» Problem statement
Only the lines below starting at the one that contains "#99=ORIENTED_EDGE('',*,*,#98,.F.);" and ending at the one that contains "#116=PLANE('',#115);" are to be reproduced, exactly and with both ends kept.

» Material to process
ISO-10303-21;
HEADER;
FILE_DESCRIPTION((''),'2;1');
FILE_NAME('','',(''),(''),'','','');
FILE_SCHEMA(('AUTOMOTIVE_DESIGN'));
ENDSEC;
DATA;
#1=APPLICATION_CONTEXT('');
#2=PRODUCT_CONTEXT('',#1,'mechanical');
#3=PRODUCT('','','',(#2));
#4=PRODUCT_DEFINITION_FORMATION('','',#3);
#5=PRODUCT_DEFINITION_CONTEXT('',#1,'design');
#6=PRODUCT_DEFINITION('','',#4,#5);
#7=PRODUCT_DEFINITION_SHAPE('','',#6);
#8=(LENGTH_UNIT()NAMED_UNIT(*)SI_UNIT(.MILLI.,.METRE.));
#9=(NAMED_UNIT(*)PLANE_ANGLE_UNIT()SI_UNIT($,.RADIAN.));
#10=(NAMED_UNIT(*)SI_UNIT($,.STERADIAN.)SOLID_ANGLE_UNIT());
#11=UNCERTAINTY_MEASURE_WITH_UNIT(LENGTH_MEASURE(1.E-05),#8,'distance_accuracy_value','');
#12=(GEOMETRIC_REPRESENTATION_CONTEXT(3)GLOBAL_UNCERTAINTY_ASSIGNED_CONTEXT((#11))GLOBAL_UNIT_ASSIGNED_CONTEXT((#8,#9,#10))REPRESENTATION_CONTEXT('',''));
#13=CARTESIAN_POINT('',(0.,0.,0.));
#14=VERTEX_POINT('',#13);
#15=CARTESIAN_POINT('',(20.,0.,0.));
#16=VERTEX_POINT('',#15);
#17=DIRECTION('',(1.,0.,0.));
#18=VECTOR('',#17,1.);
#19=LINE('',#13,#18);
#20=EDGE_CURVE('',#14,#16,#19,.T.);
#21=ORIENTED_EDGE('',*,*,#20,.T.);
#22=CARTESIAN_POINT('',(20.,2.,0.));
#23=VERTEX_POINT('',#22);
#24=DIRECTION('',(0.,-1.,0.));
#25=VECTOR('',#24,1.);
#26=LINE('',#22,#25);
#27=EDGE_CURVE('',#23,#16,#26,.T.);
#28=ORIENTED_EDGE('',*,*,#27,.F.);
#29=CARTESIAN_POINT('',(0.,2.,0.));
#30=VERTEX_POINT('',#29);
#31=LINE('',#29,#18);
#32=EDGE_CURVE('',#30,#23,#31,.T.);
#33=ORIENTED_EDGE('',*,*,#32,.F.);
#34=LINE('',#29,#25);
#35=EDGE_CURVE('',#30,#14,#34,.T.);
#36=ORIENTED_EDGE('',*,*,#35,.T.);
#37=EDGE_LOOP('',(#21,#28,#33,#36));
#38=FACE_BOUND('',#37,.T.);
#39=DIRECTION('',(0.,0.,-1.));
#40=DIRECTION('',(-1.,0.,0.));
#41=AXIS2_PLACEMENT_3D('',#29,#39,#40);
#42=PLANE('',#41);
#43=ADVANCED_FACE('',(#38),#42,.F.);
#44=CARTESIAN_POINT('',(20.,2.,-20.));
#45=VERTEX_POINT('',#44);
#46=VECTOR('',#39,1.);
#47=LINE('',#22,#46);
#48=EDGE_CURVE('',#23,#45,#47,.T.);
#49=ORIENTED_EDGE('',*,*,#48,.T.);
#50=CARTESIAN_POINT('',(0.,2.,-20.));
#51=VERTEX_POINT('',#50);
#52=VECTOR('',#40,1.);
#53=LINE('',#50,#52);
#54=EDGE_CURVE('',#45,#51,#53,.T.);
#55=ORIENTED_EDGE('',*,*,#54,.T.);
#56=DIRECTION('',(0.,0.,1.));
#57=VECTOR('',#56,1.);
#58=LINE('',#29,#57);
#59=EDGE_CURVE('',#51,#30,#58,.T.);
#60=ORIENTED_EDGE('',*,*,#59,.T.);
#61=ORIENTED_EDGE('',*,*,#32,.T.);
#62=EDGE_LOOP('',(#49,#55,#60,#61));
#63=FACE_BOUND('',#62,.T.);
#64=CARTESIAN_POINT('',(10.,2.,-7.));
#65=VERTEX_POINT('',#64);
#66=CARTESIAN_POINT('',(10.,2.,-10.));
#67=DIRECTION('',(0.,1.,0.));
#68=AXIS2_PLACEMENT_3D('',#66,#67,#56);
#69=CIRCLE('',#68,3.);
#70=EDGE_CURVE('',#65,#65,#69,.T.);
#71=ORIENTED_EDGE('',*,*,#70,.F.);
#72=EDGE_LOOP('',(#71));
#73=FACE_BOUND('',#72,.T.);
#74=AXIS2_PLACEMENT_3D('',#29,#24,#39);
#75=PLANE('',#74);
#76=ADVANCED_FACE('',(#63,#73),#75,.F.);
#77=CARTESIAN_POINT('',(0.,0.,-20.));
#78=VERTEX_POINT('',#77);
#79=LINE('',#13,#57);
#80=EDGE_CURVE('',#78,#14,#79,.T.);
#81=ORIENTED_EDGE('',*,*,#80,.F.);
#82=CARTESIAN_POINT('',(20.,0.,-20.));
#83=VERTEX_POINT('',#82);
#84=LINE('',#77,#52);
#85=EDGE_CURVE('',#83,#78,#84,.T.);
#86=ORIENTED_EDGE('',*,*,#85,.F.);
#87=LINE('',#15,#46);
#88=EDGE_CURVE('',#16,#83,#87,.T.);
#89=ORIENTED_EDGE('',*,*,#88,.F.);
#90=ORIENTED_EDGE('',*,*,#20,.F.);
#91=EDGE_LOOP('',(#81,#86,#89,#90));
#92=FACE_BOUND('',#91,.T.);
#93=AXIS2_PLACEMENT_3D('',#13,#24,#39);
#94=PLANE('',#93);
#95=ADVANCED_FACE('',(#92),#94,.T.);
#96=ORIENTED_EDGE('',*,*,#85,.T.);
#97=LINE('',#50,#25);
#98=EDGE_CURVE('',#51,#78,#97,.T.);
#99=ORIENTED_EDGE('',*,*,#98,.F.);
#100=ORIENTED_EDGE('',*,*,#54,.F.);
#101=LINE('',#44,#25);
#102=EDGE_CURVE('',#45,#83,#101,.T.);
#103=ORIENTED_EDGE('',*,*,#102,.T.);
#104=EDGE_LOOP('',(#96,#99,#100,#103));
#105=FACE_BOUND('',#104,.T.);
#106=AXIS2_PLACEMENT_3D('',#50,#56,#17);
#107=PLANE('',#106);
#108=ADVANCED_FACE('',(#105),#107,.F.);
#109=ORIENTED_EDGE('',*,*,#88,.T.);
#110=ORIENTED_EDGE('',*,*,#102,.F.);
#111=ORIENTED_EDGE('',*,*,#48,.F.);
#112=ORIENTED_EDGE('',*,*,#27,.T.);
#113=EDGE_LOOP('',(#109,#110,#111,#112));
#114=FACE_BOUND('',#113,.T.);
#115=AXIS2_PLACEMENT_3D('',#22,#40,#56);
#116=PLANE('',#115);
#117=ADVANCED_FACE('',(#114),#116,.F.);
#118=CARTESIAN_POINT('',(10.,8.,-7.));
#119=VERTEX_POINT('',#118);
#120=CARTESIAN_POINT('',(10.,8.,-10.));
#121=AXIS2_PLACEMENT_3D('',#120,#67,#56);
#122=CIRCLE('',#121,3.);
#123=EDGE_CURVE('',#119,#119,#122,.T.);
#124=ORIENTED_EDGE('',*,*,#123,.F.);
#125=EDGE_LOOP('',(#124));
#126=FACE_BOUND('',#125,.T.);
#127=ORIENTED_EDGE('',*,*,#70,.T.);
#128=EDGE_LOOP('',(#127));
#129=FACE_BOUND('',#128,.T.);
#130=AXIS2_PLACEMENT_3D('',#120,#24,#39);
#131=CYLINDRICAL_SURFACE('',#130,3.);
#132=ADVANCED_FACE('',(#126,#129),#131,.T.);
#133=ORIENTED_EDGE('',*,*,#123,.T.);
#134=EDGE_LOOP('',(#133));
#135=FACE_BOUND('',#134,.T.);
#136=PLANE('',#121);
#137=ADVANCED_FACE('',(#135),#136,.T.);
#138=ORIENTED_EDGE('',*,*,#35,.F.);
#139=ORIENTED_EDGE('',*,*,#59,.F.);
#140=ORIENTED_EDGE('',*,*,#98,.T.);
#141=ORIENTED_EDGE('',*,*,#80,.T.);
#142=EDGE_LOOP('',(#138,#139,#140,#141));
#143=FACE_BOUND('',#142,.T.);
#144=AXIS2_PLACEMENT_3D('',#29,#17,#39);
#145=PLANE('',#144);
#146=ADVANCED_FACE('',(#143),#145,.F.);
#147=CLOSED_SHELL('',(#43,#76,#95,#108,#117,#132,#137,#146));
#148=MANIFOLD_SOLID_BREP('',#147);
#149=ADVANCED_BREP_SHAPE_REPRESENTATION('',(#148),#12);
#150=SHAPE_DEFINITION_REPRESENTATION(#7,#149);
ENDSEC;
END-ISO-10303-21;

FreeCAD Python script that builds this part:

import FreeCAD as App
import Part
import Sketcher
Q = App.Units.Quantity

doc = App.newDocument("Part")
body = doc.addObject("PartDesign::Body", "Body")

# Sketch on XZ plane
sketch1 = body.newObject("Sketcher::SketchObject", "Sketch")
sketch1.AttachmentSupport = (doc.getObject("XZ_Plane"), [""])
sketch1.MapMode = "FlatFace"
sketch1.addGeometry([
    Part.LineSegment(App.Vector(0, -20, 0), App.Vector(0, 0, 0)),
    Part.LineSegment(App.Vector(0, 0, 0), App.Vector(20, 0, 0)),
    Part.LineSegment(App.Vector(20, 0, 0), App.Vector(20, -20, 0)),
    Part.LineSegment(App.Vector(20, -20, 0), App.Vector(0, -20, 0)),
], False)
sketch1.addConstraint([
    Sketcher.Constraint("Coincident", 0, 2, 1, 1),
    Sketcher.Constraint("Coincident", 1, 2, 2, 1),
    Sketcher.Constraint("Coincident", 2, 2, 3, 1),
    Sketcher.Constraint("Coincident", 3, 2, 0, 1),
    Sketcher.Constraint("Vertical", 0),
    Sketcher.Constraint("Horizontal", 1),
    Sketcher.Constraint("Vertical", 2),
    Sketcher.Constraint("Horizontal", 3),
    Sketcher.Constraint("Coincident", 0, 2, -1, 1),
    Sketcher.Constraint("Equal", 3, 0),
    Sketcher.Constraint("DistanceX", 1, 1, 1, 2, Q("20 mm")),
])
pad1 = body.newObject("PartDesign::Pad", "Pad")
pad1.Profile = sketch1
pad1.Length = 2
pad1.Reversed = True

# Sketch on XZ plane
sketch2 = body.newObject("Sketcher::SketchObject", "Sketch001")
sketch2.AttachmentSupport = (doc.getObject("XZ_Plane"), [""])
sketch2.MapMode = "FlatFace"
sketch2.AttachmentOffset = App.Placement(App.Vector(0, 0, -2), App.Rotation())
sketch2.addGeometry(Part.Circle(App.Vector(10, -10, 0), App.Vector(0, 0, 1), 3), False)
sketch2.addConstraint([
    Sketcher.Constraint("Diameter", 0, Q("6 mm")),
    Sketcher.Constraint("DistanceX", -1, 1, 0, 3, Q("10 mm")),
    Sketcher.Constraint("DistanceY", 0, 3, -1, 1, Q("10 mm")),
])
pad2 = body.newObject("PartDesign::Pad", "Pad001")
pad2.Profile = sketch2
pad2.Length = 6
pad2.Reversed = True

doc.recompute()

» Task solution
#99=ORIENTED_EDGE('',*,*,#98,.F.);
#100=ORIENTED_EDGE('',*,*,#54,.F.);
#101=LINE('',#44,#25);
#102=EDGE_CURVE('',#45,#83,#101,.T.);
#103=ORIENTED_EDGE('',*,*,#102,.T.);
#104=EDGE_LOOP('',(#96,#99,#100,#103));
#105=FACE_BOUND('',#104,.T.);
#106=AXIS2_PLACEMENT_3D('',#50,#56,#17);
#107=PLANE('',#106);
#108=ADVANCED_FACE('',(#105),#107,.F.);
#109=ORIENTED_EDGE('',*,*,#88,.T.);
#110=ORIENTED_EDGE('',*,*,#102,.F.);
#111=ORIENTED_EDGE('',*,*,#48,.F.);
#112=ORIENTED_EDGE('',*,*,#27,.T.);
#113=EDGE_LOOP('',(#109,#110,#111,#112));
#114=FACE_BOUND('',#113,.T.);
#115=AXIS2_PLACEMENT_3D('',#22,#40,#56);
#116=PLANE('',#115);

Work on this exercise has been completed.